Get the GAM graph parameter.

Parameters

  • x_values_lookup – a dictionary of mapping feature name to its correpsonding unique increasing x. E.g. {‘BUN’: [1.1, 1.5, 3.1, 5.0], ‘cancer’: [0, 1]}.

  • get_y_std – to get the error bar of the y. It’s slower if this is set to true. Default: True

Returns

A dataframe of GAM graph.

get_params(deep=True)#

Get parameters for this estimator.

Parameters

deep (bool, default=True) – If True, will return the parameters for this estimator and contained subobjects that are estimators.

Returns

params (dict) – Parameter names mapped to their values.

property is_GAM#

Returns True if it’s a GAM.

property n_features_#

Attribute n_features_ was deprecated in version 1.0 and will be removed in 1.2. Use n_features_in_ instead.

Type

DEPRECATED

property param_distributions#
predict(X)#

Predict regression target for X.

The predicted regression target of an input sample is computed as the mean predicted regression targets of the estimators in the ensemble.

Parameters

X ({array-like, sparse matrix} of shape (n_samples, n_features)) – The training input samples. Sparse matrices are accepted only if they are supported by the base estimator.

Returns

y (ndarray of shape (n_samples,)) – The predicted values.

revert_dataframe(df)#

Move the old onehot-encoding df to new non-onehot encoding one.

score(X, y, sample_weight=None)#

Return the coefficient of determination of the prediction.

The coefficient of determination \(R^2\) is defined as \((1 - \frac{u}{v})\), where \(u\) is the residual sum of squares ((y_true - y_pred)** 2).sum() and \(v\) is the total sum of squares ((y_true - y_true.mean()) ** 2).sum(). The best possible score is 1.0 and it can be negative (because the model can be arbitrarily worse). A constant model that always predicts the expected value of y, disregarding the input features, would get a \(R^2\) score of 0.0.

Parameters

  • X (array-like of shape (n_samples, n_features)) – Test samples.
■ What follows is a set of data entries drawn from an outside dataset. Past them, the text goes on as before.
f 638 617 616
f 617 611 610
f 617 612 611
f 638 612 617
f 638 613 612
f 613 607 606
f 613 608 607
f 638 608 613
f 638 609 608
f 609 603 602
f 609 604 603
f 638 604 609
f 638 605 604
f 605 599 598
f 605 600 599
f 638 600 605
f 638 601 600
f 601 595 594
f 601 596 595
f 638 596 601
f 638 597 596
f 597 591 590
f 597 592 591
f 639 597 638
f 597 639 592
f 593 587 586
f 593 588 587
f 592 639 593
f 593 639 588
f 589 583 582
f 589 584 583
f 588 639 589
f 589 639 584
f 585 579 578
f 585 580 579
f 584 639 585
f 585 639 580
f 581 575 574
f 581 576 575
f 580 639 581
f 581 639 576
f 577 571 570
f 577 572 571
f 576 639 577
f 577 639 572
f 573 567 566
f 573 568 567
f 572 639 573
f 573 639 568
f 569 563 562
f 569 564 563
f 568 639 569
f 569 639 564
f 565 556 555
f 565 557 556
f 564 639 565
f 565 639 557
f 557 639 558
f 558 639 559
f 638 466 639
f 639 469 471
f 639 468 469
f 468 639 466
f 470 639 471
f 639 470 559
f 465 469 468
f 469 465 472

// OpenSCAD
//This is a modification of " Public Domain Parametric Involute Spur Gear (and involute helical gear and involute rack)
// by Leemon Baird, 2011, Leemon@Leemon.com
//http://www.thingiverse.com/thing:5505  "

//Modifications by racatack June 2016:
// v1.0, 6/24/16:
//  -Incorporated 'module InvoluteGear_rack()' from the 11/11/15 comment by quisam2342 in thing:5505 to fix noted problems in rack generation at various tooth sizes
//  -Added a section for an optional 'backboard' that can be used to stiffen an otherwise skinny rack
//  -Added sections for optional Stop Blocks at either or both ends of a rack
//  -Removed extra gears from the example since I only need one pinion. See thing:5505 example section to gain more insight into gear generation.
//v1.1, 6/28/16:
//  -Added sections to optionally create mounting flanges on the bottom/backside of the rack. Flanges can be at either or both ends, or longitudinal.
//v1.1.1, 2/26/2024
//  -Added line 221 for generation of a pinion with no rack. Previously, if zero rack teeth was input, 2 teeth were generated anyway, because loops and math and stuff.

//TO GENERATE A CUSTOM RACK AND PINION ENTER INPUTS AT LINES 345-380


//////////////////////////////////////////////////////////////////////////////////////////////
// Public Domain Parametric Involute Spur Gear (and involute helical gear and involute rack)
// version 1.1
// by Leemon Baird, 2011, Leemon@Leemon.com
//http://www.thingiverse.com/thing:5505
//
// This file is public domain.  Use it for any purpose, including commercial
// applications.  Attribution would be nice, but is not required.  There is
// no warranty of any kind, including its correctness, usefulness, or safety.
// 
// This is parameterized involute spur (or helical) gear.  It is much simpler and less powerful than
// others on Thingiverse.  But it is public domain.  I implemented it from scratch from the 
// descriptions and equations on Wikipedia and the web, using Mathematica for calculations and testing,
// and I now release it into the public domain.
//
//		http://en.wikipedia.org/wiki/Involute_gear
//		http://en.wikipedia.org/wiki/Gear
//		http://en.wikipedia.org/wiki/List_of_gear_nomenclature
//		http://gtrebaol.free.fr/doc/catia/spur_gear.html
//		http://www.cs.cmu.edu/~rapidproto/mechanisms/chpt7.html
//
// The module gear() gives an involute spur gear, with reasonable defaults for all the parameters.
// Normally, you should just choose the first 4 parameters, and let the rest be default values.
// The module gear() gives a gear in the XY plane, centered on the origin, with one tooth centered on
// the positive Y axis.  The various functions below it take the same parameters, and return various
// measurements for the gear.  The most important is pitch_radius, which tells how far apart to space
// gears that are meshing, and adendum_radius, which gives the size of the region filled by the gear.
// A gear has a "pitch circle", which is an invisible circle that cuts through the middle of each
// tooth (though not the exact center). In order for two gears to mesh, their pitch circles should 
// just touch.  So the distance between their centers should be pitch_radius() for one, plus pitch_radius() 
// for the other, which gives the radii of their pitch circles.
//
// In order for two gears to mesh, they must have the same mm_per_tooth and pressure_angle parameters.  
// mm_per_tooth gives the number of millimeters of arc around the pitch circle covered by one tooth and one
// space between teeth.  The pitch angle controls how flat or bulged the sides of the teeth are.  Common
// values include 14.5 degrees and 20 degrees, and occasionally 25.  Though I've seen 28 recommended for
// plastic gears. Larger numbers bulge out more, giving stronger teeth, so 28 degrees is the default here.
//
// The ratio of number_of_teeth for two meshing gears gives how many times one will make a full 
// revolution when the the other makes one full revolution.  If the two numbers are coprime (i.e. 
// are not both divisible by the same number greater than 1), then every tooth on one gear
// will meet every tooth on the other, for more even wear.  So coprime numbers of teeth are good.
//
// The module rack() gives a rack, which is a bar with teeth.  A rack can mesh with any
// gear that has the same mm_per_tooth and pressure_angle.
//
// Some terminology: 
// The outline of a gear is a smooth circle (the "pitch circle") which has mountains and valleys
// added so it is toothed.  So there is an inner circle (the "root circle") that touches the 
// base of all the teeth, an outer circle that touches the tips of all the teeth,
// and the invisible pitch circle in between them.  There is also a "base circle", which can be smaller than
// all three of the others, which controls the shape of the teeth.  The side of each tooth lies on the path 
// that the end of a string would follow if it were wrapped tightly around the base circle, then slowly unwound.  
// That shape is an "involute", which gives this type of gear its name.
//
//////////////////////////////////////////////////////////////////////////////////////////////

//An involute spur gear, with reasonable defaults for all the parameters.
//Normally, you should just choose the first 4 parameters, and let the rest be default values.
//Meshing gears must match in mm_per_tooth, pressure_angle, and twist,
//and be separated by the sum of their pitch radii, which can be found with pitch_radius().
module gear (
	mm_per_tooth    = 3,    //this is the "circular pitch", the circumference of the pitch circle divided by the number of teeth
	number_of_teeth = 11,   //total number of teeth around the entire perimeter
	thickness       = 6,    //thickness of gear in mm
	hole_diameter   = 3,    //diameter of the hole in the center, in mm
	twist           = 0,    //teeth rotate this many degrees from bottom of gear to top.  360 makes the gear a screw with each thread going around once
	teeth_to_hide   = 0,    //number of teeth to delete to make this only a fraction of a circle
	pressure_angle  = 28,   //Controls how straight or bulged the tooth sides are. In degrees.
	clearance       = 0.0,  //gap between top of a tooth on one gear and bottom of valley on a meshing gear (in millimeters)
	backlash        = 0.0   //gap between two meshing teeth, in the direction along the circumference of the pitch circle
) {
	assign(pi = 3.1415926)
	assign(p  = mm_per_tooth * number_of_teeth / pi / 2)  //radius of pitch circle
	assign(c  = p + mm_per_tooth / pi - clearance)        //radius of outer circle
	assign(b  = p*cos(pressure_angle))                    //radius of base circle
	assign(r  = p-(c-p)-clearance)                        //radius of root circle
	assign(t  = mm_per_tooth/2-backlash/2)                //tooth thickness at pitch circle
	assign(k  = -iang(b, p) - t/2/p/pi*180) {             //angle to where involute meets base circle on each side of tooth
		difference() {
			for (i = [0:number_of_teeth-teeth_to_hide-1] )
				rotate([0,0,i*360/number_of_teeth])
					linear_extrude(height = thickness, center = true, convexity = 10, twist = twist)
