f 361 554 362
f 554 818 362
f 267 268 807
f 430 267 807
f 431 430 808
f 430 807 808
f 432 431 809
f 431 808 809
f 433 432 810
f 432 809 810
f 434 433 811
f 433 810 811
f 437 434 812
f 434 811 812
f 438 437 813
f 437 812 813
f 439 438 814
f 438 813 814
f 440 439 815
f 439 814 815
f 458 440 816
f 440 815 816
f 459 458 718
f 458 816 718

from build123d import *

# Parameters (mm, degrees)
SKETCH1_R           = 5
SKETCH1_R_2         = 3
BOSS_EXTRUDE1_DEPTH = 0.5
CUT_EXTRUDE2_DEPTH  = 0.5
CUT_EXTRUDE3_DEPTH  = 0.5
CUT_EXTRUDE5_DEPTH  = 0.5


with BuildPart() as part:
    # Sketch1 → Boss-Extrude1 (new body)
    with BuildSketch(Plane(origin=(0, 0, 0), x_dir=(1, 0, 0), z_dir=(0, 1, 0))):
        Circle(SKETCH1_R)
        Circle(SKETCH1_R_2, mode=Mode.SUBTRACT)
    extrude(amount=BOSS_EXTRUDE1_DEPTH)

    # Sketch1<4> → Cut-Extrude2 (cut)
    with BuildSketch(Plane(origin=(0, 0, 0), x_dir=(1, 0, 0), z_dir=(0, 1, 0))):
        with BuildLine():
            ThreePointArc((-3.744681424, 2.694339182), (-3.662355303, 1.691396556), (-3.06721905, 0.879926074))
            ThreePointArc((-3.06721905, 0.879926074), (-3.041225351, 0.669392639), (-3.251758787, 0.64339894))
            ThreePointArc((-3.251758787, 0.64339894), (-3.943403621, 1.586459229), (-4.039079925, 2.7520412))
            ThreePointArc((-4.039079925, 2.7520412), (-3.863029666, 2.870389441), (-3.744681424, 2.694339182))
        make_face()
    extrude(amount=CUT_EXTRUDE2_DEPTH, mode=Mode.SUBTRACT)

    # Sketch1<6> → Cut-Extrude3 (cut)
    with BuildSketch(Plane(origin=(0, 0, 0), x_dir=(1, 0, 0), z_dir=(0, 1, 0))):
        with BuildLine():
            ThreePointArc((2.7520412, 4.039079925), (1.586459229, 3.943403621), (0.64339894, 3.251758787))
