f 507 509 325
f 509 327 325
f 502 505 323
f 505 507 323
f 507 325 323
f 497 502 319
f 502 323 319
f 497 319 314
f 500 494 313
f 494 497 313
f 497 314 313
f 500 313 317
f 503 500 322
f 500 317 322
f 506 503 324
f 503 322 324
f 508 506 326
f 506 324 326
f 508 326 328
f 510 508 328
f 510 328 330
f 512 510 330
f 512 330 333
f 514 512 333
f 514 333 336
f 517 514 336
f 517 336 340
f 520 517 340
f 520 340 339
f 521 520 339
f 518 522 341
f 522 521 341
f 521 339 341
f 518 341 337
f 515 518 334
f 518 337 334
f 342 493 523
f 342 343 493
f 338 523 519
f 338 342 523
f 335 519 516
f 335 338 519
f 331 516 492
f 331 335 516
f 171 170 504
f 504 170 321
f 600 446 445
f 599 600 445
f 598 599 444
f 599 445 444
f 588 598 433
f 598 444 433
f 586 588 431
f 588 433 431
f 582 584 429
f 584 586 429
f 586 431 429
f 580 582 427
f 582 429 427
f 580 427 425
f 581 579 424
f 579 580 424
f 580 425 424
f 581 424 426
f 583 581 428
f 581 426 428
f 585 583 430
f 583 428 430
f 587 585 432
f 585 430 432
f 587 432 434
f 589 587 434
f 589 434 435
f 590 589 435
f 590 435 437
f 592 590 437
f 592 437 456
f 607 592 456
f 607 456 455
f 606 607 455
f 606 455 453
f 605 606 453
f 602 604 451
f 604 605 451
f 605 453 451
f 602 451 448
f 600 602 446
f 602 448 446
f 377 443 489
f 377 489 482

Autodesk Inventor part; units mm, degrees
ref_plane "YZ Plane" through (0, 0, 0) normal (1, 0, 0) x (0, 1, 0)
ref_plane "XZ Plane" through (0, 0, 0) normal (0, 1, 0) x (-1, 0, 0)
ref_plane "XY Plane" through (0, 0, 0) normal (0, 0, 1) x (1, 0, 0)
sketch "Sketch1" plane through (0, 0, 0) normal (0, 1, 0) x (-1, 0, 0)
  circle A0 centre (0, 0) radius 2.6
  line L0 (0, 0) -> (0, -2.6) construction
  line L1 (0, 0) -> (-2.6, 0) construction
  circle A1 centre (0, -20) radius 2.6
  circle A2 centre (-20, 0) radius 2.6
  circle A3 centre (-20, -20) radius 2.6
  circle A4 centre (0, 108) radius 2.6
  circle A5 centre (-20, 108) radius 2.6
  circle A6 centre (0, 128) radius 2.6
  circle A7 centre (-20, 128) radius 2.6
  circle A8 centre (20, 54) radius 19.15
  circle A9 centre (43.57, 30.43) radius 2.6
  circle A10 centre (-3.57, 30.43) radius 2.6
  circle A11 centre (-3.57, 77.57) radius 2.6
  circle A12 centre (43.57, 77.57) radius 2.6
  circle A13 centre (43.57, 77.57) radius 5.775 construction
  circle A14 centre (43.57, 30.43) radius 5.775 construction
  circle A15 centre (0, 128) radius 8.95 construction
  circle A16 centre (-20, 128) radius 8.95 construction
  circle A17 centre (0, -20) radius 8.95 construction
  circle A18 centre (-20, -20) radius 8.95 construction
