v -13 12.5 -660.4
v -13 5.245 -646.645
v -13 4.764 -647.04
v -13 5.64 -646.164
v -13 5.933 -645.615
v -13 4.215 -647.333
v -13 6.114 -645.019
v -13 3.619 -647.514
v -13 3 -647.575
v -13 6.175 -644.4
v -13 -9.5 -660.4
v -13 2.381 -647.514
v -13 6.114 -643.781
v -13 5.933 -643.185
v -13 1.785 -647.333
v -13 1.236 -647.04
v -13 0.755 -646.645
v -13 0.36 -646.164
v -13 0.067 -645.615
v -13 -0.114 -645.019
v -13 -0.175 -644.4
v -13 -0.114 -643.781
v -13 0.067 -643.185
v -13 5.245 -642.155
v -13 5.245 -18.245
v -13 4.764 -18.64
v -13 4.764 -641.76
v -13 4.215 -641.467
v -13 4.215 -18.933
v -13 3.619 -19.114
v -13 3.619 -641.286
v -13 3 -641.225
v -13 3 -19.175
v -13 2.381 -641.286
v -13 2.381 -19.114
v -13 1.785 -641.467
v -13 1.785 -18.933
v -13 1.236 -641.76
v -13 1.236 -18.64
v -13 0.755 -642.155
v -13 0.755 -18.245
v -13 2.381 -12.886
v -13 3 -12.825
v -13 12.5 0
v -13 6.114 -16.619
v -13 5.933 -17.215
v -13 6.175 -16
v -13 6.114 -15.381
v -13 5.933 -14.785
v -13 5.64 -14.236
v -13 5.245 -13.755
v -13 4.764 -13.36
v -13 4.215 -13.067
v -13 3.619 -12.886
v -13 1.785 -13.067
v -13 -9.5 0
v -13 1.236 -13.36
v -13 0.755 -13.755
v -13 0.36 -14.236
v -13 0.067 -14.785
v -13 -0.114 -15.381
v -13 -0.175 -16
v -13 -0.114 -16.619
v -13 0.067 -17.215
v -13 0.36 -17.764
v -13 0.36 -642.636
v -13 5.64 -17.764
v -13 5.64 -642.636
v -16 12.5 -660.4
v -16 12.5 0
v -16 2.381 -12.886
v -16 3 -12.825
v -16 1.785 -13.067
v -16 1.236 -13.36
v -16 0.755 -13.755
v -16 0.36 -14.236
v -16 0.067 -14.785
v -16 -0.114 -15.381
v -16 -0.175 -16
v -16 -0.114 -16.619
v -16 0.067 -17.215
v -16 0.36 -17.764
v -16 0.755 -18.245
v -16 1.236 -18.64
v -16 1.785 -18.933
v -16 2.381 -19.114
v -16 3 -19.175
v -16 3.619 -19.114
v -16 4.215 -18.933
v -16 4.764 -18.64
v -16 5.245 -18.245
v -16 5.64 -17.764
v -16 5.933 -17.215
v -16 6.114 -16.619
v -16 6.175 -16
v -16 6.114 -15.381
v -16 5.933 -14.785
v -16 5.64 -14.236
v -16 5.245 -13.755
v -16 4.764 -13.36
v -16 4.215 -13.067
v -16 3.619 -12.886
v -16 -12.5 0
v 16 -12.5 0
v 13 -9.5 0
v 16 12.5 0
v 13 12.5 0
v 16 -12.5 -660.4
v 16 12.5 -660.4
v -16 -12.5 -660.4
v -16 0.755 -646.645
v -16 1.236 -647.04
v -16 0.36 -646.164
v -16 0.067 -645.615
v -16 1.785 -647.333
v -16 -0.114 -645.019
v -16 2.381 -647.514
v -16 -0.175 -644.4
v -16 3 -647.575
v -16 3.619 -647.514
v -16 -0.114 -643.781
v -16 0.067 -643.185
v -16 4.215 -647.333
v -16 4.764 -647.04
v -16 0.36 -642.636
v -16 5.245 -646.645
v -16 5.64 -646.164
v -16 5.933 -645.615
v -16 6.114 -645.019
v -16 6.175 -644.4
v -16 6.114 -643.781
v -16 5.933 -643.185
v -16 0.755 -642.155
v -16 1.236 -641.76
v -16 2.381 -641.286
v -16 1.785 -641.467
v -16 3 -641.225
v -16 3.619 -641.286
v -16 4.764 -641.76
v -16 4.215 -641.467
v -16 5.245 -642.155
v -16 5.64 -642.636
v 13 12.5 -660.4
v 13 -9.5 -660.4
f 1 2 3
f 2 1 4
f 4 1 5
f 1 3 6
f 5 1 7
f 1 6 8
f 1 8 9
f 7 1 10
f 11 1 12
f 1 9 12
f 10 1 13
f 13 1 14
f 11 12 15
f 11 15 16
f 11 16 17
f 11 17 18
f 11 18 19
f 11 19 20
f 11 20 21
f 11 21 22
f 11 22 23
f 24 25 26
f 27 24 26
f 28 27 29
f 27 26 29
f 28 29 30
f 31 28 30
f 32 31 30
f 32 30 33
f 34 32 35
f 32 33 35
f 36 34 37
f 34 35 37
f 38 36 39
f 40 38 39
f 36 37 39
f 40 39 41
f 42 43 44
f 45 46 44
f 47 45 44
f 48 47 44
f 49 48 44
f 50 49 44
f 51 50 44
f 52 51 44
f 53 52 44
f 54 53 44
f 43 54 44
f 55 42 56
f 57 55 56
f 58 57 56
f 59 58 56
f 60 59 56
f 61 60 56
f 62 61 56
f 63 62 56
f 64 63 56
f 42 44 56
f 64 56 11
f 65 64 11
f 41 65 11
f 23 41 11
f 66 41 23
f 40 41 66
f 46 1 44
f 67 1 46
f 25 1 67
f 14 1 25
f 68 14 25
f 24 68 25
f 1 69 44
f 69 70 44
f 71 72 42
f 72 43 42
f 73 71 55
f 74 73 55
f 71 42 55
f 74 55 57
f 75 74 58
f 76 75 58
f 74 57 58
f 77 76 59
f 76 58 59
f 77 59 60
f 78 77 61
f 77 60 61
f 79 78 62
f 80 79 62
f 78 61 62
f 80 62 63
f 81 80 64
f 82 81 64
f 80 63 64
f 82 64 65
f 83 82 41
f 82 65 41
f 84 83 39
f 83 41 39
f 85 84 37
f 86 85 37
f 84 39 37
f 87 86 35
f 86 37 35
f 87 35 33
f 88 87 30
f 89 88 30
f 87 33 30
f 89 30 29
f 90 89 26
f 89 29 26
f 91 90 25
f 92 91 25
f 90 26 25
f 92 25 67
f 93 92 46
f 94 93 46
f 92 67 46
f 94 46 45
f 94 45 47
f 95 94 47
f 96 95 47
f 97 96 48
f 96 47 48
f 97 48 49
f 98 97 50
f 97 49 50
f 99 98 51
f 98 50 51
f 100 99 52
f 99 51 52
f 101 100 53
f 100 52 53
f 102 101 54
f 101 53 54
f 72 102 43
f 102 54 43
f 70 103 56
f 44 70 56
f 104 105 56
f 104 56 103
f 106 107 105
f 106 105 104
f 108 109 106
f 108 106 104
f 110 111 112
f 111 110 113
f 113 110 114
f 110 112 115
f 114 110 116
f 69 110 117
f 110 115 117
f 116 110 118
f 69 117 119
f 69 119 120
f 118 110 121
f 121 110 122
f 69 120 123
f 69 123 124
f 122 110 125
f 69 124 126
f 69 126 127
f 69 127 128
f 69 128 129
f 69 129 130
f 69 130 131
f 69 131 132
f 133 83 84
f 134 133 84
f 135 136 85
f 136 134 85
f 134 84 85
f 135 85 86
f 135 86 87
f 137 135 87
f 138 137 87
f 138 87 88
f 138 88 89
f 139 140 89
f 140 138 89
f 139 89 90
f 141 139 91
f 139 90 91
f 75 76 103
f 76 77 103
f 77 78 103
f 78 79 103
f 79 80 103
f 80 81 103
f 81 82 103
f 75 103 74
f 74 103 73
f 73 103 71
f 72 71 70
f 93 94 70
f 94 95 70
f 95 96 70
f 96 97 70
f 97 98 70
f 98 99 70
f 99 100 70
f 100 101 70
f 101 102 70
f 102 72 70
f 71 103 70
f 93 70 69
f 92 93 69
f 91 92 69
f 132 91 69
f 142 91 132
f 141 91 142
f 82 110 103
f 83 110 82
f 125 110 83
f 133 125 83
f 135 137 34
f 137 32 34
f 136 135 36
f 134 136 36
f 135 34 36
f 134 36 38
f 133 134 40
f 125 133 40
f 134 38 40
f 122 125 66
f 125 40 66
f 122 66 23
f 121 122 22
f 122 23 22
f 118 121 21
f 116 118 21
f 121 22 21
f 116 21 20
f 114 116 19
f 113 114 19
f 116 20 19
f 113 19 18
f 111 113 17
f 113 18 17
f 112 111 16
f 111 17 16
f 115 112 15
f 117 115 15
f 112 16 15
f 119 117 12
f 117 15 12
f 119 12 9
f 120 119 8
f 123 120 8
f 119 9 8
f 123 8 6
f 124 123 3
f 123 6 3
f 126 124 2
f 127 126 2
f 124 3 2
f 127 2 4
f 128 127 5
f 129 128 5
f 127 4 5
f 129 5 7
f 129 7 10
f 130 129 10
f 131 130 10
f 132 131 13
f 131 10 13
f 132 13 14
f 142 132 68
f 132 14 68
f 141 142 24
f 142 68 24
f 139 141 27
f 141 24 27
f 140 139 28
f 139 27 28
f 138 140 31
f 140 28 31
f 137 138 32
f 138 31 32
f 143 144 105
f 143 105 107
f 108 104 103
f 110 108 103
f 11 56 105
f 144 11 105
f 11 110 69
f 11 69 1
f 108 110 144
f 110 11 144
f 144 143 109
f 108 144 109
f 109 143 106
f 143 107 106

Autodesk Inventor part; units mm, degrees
ref_plane "YZ Plane" through (0, 0, 0) normal (1, 0, 0) x (0, 1, 0)
ref_plane "XZ Plane" through (0, 0, 0) normal (0, 1, 0) x (-1, 0, 0)
ref_plane "XY Plane" through (0, 0, 0) normal (0, 0, 1) x (1, 0, 0)
sketch "Sketch1" plane through (0, 0, 0) normal (0, 0, 1) x (1, 0, 0)
  line L0 (-16, 12.5) -> (-13, 12.5)
  line L1 (-13, 12.5) -> (-13, -9.5)
  line L2 (-13, -9.5) -> (13, -9.5)
  line L3 (13, -9.5) -> (13, 12.5)
  line L4 (13, 12.5) -> (16, 12.5)
  line L5 (16, 12.5) -> (16, -12.5)
  line L6 (16, -12.5) -> (-16, -12.5)
  line L7 (-16, -12.5) -> (-16, 12.5)
  point P0 (0, 0)
  dimension "d0" = 3
  dimension "d2" = 3
  dimension "d3" = 25
  dimension "d4" = 32
  dimension "d5" = 16
  dimension "d7" = 12.5
  dimension "d8" = 3
  dimension "d74" = 25
extrude "Extrusion1" add sketch "Sketch1" against normal blind 660.4
sketch "Sketch6" plane through (-16, -12.5, 0) normal (-1, 0, 0) x (0, 0, 1)
  circle A0 centre (-37.4708, 12.3) radius 3.175
  circle A1 centre (-177.8, 12.3) radius 3.175
  circle A2 centre (-340.3166, 12.3) radius 3.175
  circle A3 centre (-644.4, 15.5) radius 3.175
  line L0 (0, 25) -> (-660.4, 25) projected
  line L1 (0, 3) -> (-660.4, 3) projected
  line L2 (-660.4, 0) -> (-660.4, 25) projected
  circle A4 centre (-16, 15.5) radius 3.175
  line L3 (0, 0) -> (0, 25) projected
  point P0 (0, 12.5)
  dimension "d89" = 6.35
  dimension "d92" = 16
  dimension "d93" = 6.35
  dimension "d94" = 16
  dimension "d103" = 12.5
hole "Hole3" at (-16, 3, -644.4) at (-16, 3, -16) direction (1, 0, 0) diameter 6.35 depth 3 tip angle 118
equation "\"d2\" = d0"
equation "\"d5\" = 0.5 * d4"
equation "\"d7\" = 0.5 * d3"
equation "\"d8\" = d0"
equation "\"d74\" = d3"
properties part number "26in C-Channel Right" material "Aluminum 6061"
For some estimators this may be a precomputed kernel matrix or a list of generic objects instead with shape (n_samples, n_samples_fitted), where n_samples_fitted is the number of samples used in the fitting for the estimator.

  • y (array-like of shape (n_samples,) or (n_samples, n_outputs)) – True values for X.

  • sample_weight (array-like of shape (n_samples,), default=None) – Sample weights.

Returns

score (float) – \(R^2\) of self.predict(X) wrt. y.

Notes

The \(R^2\) score used when calling score on a regressor uses multioutput='uniform_average' from version 0.23 to keep consistent with default value of r2_score(). This influences the score method of all the multioutput regressors (except for MultiOutputRegressor).

set_params(**params)#

Set the parameters of this estimator.

The method works on simple estimators as well as on nested objects (such as Pipeline). The latter have parameters of the form <component>__<parameter> so that it’s possible to update each component of a nested object.

Parameters

**params (dict) – Estimator parameters.

Returns

self (estimator instance) – Estimator instance.